A child presents with kyphoscoliosis, muscle weakness, loss of DTRs, and decreased proprioception. What disease are you suspecting? What is the cause? What is the major cause of death in these patients?
Friedrich ataxia.
Autosomal recessive trinuc. repeat of GAA on chromosome 9 in gene that encodes frataxin (iron binding protein) –> impaired mitochondrial function –> degeneration of multiple sipinal chord tracts and hypertrophic cardiomyopathy (cause of death)
A patient has a stroke with eyes looking contralateral to the lesioned side. What area is affected?
Paramedian pontine reticular formation
A patient tells you he/she has the worst headache of thier life? What are you concerned about? What additional findings would you suspect? What complications might ensue?
Subarachnoid hemorrhage
- Spinal tap: xanthochromic or bloody
Complications:
- blood breakdown –> vasospasm 2-3 days later; treat with nimodipine
- rebleed
A stroke patient presents with a tongue deviating to the right, proprioceptive loss on the left, and left hemiparesis.

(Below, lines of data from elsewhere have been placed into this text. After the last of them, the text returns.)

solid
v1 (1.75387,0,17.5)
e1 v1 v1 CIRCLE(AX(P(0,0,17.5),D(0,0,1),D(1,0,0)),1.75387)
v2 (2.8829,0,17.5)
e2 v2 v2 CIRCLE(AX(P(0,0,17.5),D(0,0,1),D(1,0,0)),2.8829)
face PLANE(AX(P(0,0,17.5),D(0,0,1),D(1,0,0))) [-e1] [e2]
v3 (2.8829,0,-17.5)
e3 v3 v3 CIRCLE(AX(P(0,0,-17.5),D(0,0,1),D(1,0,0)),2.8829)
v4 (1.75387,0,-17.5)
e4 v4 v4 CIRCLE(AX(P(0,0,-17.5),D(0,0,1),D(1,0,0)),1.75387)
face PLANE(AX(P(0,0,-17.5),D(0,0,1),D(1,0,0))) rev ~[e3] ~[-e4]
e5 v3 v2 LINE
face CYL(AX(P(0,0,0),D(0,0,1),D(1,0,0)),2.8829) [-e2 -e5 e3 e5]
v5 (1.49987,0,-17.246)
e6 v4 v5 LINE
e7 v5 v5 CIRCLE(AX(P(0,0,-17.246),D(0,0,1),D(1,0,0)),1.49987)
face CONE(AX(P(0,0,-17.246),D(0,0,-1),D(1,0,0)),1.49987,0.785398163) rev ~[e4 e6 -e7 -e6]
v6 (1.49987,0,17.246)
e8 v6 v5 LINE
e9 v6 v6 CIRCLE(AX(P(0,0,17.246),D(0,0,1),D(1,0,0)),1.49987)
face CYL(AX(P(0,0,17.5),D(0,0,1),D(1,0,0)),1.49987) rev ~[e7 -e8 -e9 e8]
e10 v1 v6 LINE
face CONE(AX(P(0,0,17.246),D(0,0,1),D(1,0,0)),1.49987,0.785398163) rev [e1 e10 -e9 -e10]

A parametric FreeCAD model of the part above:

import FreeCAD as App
import Part
import Sketcher
from FreeCAD import Vector
Q = App.Units.Quantity


def edges_at(feature, points):
    """Names of the edges that pass closest to the given points."""
    edges = feature.Shape.Edges
    near = lambda p: min(range(len(edges)), key=lambda i: edges[i].distToShape(Part.Vertex(*p))[0])
    return sorted({f"Edge{near(p) + 1}" for p in points})

doc = App.newDocument("Part")
body = doc.addObject("PartDesign::Body", "Body")

# Sketch on XY plane
sketch1 = doc.addObject("Sketcher::SketchObject", "Sketch")
body.addObject(sketch1)
sketch1.AttachmentSupport = (doc.XY_Plane, [""])
sketch1.MapMode = "FlatFace"
sketch1.addGeometry(Part.Circle(Vector(0, 0, 0), Vector(0, 0, 1), 2.9), False)
sketch1.addConstraint([
    Sketcher.Constraint("Coincident", 0, 3, -1, 1),
    Sketcher.Constraint("Diameter", 0, Q("0.227 in")),
])
pad1 = doc.addObject("PartDesign::Pad", "Pad")
body.addObject(pad1)
pad1.Profile = sketch1
pad1.Length = 35
pad1.Midplane = True

# Sketch on XY plane
sketch2 = doc.addObject("Sketcher::SketchObject", "Sketch001")
body.addObject(sketch2)
sketch2.AttachmentSupport = (doc.XY_Plane, [""])
sketch2.MapMode = "FlatFace"
sketch2.AttachmentOffset = App.Placement(Vector(0, 0, 17.5), App.Rotation())
sketch2.addGeometry(Part.Circle(Vector(0, 0, 0), Vector(0, 0, 1), 1.5), False)
sketch2.addConstraint([
    Sketcher.Constraint("Coincident", 0, 3, -1, 1),
    Sketcher.Constraint("Diameter", 0, Q("0.1181 in")),
])
pocket1 = doc.addObject("PartDesign::Pocket", "Pocket")
body.addObject(pocket1)
pocket1.Profile = sketch2
pocket1.Type = "ThroughAll"
doc.recompute()

chamfer = doc.addObject("PartDesign::Chamfer", "Chamfer")
body.addObject(chamfer)
chamfer.Base = (pocket1, edges_at(pocket1, [(-1.5, 0, 17.5), (-1.5, 0, -17.5)]))
chamfer.Size = Q("0.01 in")

doc.recompute()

What is this syndrome and artery responsible?
Medial medullary syndrome. ASA paramedian branches/ vertebral a. occlusion
Blood supply to both Wernicke’s and Broca’s area? What sensory/motor deficits would accompany an obstruction here?
MCA;
- contralateral paralysis of upper limb and face
- contralateral sensory loss to upper and lower limbs and face
Brain atrophy, shaking, and whiplash increase the risk for what kind of hematoma?
Subdural
Cerebral perfusion pressure is proportional to PCO2 until PCO2 is > ___ mmHg. Above this level, PCO2 increases while cerebral blood flow ___.
90; remains maxed out
Damage to what areas can cause conduction aphasia?
Left superior temporal lobe and/or
left supramarginal gyrus
During what time period is tPA administered after an ischemic stroke? What risk factors must be excluded?

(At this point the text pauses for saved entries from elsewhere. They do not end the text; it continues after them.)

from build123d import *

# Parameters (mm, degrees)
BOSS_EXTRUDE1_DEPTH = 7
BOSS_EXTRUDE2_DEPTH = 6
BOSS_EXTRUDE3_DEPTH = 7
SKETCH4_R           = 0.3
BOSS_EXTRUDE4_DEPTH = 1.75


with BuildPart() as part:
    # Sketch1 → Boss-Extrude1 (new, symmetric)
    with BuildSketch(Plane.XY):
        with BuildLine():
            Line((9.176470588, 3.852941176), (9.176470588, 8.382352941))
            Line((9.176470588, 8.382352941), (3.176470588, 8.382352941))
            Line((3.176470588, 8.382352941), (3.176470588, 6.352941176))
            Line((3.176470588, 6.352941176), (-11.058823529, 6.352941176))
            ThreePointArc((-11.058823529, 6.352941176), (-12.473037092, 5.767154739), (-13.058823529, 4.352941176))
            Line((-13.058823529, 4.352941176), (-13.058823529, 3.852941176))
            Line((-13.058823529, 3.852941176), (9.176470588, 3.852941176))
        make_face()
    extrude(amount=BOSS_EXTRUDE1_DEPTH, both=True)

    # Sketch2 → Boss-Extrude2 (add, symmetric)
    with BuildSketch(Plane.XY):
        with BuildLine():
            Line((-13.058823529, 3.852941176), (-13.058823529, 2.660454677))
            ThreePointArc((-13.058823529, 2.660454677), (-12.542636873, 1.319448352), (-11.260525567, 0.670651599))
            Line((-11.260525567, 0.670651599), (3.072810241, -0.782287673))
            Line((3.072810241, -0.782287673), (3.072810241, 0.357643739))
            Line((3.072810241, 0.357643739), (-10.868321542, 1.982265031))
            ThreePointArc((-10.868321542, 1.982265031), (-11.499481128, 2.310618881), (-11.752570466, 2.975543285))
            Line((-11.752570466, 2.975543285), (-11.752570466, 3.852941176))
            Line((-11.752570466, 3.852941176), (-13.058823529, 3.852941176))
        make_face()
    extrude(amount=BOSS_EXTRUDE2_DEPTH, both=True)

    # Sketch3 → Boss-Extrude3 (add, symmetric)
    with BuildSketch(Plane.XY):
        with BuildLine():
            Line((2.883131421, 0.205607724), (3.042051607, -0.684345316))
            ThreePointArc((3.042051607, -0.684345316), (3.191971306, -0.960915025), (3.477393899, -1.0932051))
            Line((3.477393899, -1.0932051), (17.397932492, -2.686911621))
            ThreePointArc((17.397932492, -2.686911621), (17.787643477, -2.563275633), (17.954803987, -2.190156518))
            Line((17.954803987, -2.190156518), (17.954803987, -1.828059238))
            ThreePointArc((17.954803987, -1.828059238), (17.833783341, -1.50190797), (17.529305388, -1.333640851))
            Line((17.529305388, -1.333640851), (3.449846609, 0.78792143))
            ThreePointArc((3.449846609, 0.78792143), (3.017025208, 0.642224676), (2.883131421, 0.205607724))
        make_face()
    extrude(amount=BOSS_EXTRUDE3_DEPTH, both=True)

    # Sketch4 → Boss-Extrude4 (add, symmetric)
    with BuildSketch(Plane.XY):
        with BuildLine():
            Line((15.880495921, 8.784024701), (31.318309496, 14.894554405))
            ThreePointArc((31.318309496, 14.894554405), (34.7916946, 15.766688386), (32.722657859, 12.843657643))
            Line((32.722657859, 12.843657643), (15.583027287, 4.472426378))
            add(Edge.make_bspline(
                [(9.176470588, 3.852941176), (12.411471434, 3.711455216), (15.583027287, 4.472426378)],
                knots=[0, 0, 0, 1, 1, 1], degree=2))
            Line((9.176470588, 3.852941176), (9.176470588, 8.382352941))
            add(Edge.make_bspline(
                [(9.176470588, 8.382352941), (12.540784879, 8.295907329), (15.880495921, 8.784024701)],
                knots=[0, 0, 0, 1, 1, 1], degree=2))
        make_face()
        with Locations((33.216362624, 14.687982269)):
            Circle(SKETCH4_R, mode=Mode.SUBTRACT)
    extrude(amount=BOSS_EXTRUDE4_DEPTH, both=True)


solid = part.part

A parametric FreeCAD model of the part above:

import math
import FreeCAD as App
import Part
import Sketcher
Q = App.Units.Quantity

doc = App.newDocument("Part")
body = doc.addObject("PartDesign::Body", "Body")

# Sketch on XY plane
sketch1 = doc.addObject("Sketcher::SketchObject", "Sketch")
body.addObject(sketch1)
sketch1.AttachmentSupport = (doc.XY_Plane, [""])
sketch1.MapMode = "FlatFace"
sketch1.addGeometry([
    Part.LineSegment(App.Vector(9.2, 3.9, 0), App.Vector(9.2, 8.4, 0)),  # 0
    Part.LineSegment(App.Vector(9.2, 8.4, 0), App.Vector(3.2, 8.4, 0)),  # 1
    Part.LineSegment(App.Vector(3.2, 8.4, 0), App.Vector(3.2, 6.4, 0)),  # 2
    Part.LineSegment(App.Vector(3.2, 6.4, 0), App.Vector(-11.1, 6.4, 0)),  # 3
    Part.ArcOfCircle(Part.Circle(App.Vector(-11.1, 4.4, 0), App.Vector(0, 0, 1), 2), math.radians(90), math.radians(180)),  # 4
    Part.LineSegment(App.Vector(-13.1, 4.4, 0), App.Vector(-13.1, 3.9, 0)),  # 5
    Part.LineSegment(App.Vector(-13.1, 3.9, 0), App.Vector(9.2, 3.9, 0)),  # 6
], False)
sketch1.addConstraint([
    Sketcher.Constraint("Coincident", 0, 2, 1, 1),
    Sketcher.Constraint("Coincident", 1, 2, 2, 1),
    Sketcher.Constraint("Coincident", 2, 2, 3, 1),
    Sketcher.Constraint("Tangent", 3, 2, 4, 1),
    Sketcher.Constraint("Tangent", 4, 2, 5, 1),
    Sketcher.Constraint("Coincident", 5, 2, 6, 1),
    Sketcher.Constraint("Coincident", 6, 2, 0, 1),
    Sketcher.Constraint("Vertical", 0),
    Sketcher.Constraint("Horizontal", 1),
    Sketcher.Constraint("Vertical", 2),
    Sketcher.Constraint("Horizontal", 3),
    Sketcher.Constraint("Vertical", 5),
    Sketcher.Constraint("Horizontal", 6),
    Sketcher.Constraint("Radius", 4, Q("2 mm")),
    Sketcher.Constraint("DistanceX", 1, 2, 1, 1, Q("6 mm")),
    Sketcher.Constraint("DistanceY", 5, 2, 5, 1, Q("0.5 mm")),
    Sketcher.Constraint("DistanceY", 0, 1, 0, 2, Q("4.529412 mm")),
    Sketcher.Constraint("DistanceX", 3, 2, 3, 1, Q("14.235294 mm")),
    Sketcher.Constraint("DistanceY", -1, 1, 4, 3, Q("4.352941 mm")),
    Sketcher.Constraint("DistanceX", -1, 1, 0, 2, Q("9.176471 mm")),
])
pad1 = doc.addObject("PartDesign::Pad", "Pad")
body.addObject(pad1)
pad1.Profile = sketch1
pad1.Length = 14
pad1.Midplane = True

# Sketch on XY plane
sketch2 = doc.addObject("Sketcher::SketchObject", "Sketch001")
body.addObject(sketch2)
sketch2.AttachmentSupport = (doc.XY_Plane, [""])
sketch2.MapMode = "FlatFace"
sketch2.addGeometry([
    Part.LineSegment(App.Vector(-13.1, 3.9, 0), App.Vector(-13.1, 2.7, 0)),  # 0
    Part.ArcOfCircle(Part.Circle(App.Vector(-11.1, 2.7, 0), App.Vector(0, 0, 1), 2), math.radians(180), math.radians(264)),  # 1
    Part.LineSegment(App.Vector(-11.3, 0.7, 0), App.Vector(3.1, -0.8, 0)),  # 2
    Part.LineSegment(App.Vector(3.1, -0.8, 0), App.Vector(3.1, 0.4, 0)),  # 3
    Part.LineSegment(App.Vector(3.1, 0.4, 0), App.Vector(-10.9, 2, 0)),  # 4
    Part.ArcOfCircle(Part.Circle(App.Vector(-10.8, 3, 0), App.Vector(0, 0, 1), 1), math.radians(180), math.radians(263)),  # 5
    Part.LineSegment(App.Vector(-11.8, 3, 0), App.Vector(-11.8, 3.9, 0)),  # 6
    Part.LineSegment(App.Vector(-11.8, 3.9, 0), App.Vector(-13.1, 3.9, 0)),  # 7
], False)
sketch2.addConstraint([
    Sketcher.Constraint("Tangent", 0, 2, 1, 1),
    Sketcher.Constraint("Tangent", 1, 2, 2, 1),
    Sketcher.Constraint("Coincident", 2, 2, 3, 1),
    Sketcher.Constraint("Coincident", 3, 2, 4, 1),
    Sketcher.Constraint("Tangent", 4, 2, 5, 2),
    Sketcher.Constraint("Tangent", 5, 1, 6, 1),
    Sketcher.Constraint("Coincident", 6, 2, 7, 1),
    Sketcher.Constraint("Coincident", 7, 2, 0, 1),
    Sketcher.Constraint("Vertical", 0),
    Sketcher.Constraint("Vertical", 3),
    Sketcher.Constraint("Vertical", 6),
    Sketcher.Constraint("Horizontal", 7),
    Sketcher.Constraint("Radius", 1, Q("2 mm")),
    Sketcher.Constraint("Radius", 5, Q("1 mm")),
    Sketcher.Constraint("DistanceY", 3, 1, 3, 2, Q("1.139931 mm")),
    Sketcher.Constraint("DistanceY", 3, 2, 5, 3, Q("2.6179 mm")),
    Sketcher.Constraint("DistanceX", 1, 3, 4, 2, Q("0.190502 mm")),
    Sketcher.Constraint("Distance", 2, Q("14.406788 mm")),
    Sketcher.Constraint("DistanceY", 0, 2, 0, 1, Q("1.192486 mm")),
    Sketcher.Constraint("DistanceY", 6, 1, 6, 2, Q("0.877398 mm")),
    Sketcher.Constraint("DistanceX", 5, 3, -1, 1, Q("10.75257 mm")),
    Sketcher.Constraint("DistanceY", -1, 1, 1, 2, Q("0.670652 mm")),
])
pad2 = doc.addObject("PartDesign::Pad", "Pad001")
body.addObject(pad2)
pad2.Profile = sketch2
pad2.Length = 12
pad2.Midplane = True

# Sketch on XY plane
sketch3 = doc.addObject("Sketcher::SketchObject", "Sketch002")
body.addObject(sketch3)
sketch3.AttachmentSupport = (doc.XY_Plane, [""])
sketch3.MapMode = "FlatFace"
sketch3.addGeometry([
    Part.LineSegment(App.Vector(2.883131, 0.205608, 0), App.Vector(3.042052, -0.684345, 0)),  # 0
    Part.ArcOfCircle(Part.Circle(App.Vector(3.534265, -0.59645, 0), App.Vector(0, 0, 1), 0.5), math.radians(-169.875328), math.radians(-96.531128)),  # 1
    Part.LineSegment(App.Vector(3.477394, -1.093205, 0), App.Vector(17.397932, -2.686912, 0)),  # 2
    Part.ArcOfCircle(Part.Circle(App.Vector(17.454804, -2.190157, 0), App.Vector(0, 0, 1), 0.5), math.radians(-96.531128), math.radians(0)),  # 3
    Part.LineSegment(App.Vector(17.954804, -2.190157, 0), App.Vector(17.954804, -1.828059, 0)),  # 4
    Part.ArcOfCircle(Part.Circle(App.Vector(17.454804, -1.828059, 0), App.Vector(0, 0, 1), 0.5), math.radians(0), math.radians(81.430858)),  # 5
    Part.LineSegment(App.Vector(17.529305, -1.333641, 0), App.Vector(3.449847, 0.787921, 0)),  # 6
    Part.ArcOfCircle(Part.Circle(App.Vector(3.375345, 0.293503, 0), App.Vector(0, 0, 1), 0.5), math.radians(81.430858), math.radians(190.124672)),  # 7
], False)
sketch3.addConstraint([
    Sketcher.Constraint("Coincident", 0, 2, 1, 1),
    Sketcher.Constraint("Coincident", 1, 2, 2, 1),
    Sketcher.Constraint("Coincident", 2, 2, 3, 1),
    Sketcher.Constraint("Coincident", 3, 2, 4, 1),
    Sketcher.Constraint("Coincident", 4, 2, 5, 1),
    Sketcher.Constraint("Coincident", 5, 2, 6, 1),
    Sketcher.Constraint("Coincident", 6, 2, 7, 1),
    Sketcher.Constraint("Coincident", 7, 2, 0, 1),
    Sketcher.Constraint("Vertical", 4),
    Sketcher.Constraint("Radius", 1, Q("0.5 mm")),
    Sketcher.Constraint("Radius", 3, Q("0.5 mm")),
    Sketcher.Constraint("Radius", 5, Q("0.5 mm")),
    Sketcher.Constraint("Radius", 7, Q("0.5 mm")),
    Sketcher.Constraint("DistanceX", 5, 3, 5, 2, Q("0.074501 mm")),
    Sketcher.Constraint("DistanceX", 7, 3, 6, 2, Q("0.074501 mm")),
    Sketcher.Constraint("Distance", 0, Q("0.904031 mm")),
    Sketcher.Constraint("Distance", 2, Q("14.01147 mm")),
    Sketcher.Constraint("DistanceY", 4, 1, 4, 2, Q("0.362097 mm")),
    Sketcher.Constraint("DistanceY", 1, 3, -1, 1, Q("0.59645 mm")),
    Sketcher.Constraint("DistanceY", 5, 3, -1, 1, Q("1.828059 mm")),
    Sketcher.Constraint("DistanceX", -1, 1, 0, 2, Q("3.042052 mm")),
    Sketcher.Constraint("DistanceY", 2, 2, -1, 1, Q("2.686912 mm")),
    Sketcher.Constraint("DistanceY", 4, 2, -1, 1, Q("1.828059 mm")),
    Sketcher.Constraint("DistanceY", -1, 1, 6, 2, Q("0.787921 mm")),
    Sketcher.Constraint("DistanceX", -1, 1, 7, 2, Q("2.883131 mm")),
    Sketcher.Constraint("DistanceX", 1, 3, 3, 3, Q("13.920539 mm")),
    Sketcher.Constraint("DistanceY", 3, 3, 7, 3, Q("2.48366 mm")),
    Sketcher.Constraint("DistanceY", 0, 2, 7, 3, Q("0.977848 mm")),
])
pad3 = doc.addObject("PartDesign::Pad", "Pad002")
body.addObject(pad3)
pad3.Profile = sketch3
pad3.Length = 14
pad3.Midplane = True

# Sketch on XY plane
sketch4 = doc.addObject("Sketcher::SketchObject", "Sketch003")
body.addObject(sketch4)
sketch4.AttachmentSupport = (doc.XY_Plane, [""])
sketch4.MapMode = "FlatFace"
sketch4.addGeometry([
    Part.LineSegment(App.Vector(31.318309, 14.894554, 0), App.Vector(15.880496, 8.784025, 0)),  # 0
    Part.BSplineCurve([App.Vector(9.176471, 8.382353, 0), App.Vector(12.540785, 8.295907, 0), App.Vector(15.880496, 8.784025, 0)], [3, 3], [0, 1], False, 2, [1, 1, 1], False),  # 1
    Part.LineSegment(App.Vector(9.176471, 8.382353, 0), App.Vector(9.176471, 3.852941, 0)),  # 2
    Part.BSplineCurve([App.Vector(9.176471, 3.852941, 0), App.Vector(12.411471, 3.711455, 0), App.Vector(15.583027, 4.472426, 0)], [3, 3], [0, 1], False, 2, [1, 1, 1], False),  # 3
    Part.LineSegment(App.Vector(15.583027, 4.472426, 0), App.Vector(32.722658, 12.843658, 0)),  # 4
    Part.ArcOfCircle(Part.Circle(App.Vector(33.216363, 14.687982, 0), App.Vector(0, 0, 1), 1.909261), math.radians(-104.986071), math.radians(173.788735)),  # 5
    Part.Circle(App.Vector(33.216363, 14.687982, 0), App.Vector(0, 0, 1), 0.3),  # 6
], False)
sketch4.addConstraint([
    Sketcher.Constraint("Block", 1),
    Sketcher.Constraint("Block", 3),
    Sketcher.Constraint("Coincident", 0, 2, 1, 2),
    Sketcher.Constraint("Coincident", 1, 1, 2, 1),
    Sketcher.Constraint("Coincident", 2, 2, 3, 1),
    Sketcher.Constraint("Coincident", 3, 2, 4, 1),
    Sketcher.Constraint("Coincident", 4, 2, 5, 1),
    Sketcher.Constraint("Coincident", 5, 2, 0, 1),
    Sketcher.Constraint("Coincident", 6, 3, 5, 3),
    Sketcher.Constraint("Diameter", 6, Q("0.6 mm")),
    Sketcher.Constraint("Radius", 5, Q("1.909261 mm")),
    Sketcher.Constraint("DistanceX", -1, 1, 5, 2, Q("31.318309 mm")),
    Sketcher.Constraint("DistanceY", 2, 2, 5, 3, Q("10.835041 mm")),
    Sketcher.Constraint("DistanceX", 0, 2, 4, 2, Q("16.842162 mm")),
    Sketcher.Constraint("DistanceY", 0, 2, 5, 2, Q("6.11053 mm")),
])
pad4 = doc.addObject("PartDesign::Pad", "Pad003")
body.addObject(pad4)
pad4.Profile = sketch4
pad4.Length = 3.5
pad4.Midplane = True

doc.recompute()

3-4.5 hours; exclude current hemorrhage or risk of hemorrhage (BP > 185S/110D; platelets >100,000, PTT > 40 after heparin use, PT > 15 or INR > 1.7; be cautious if: MI in last 3 mo., recent surgery/trauma, pregnancy)
Dysphagia + ipsilateral Horner’s syndrome make you think of what stroke syndrome? Vascular supply?
Lateral medullary (Wallenberg) PICA
Eyes look toward the side of this lesion
Frontal eye fields
Facial paralysis + ipsilateral Horner syndrome make you think of what syndrome? Vascular supply?
lateral pontine syndrome; AICA
Hypoxemia increases cerebral perfusion pressure only when PO2 < ___ mmHg? (normal PO2 = ____)
50; 100
Severe hypotension affecting watershed zones will lead to what deficits?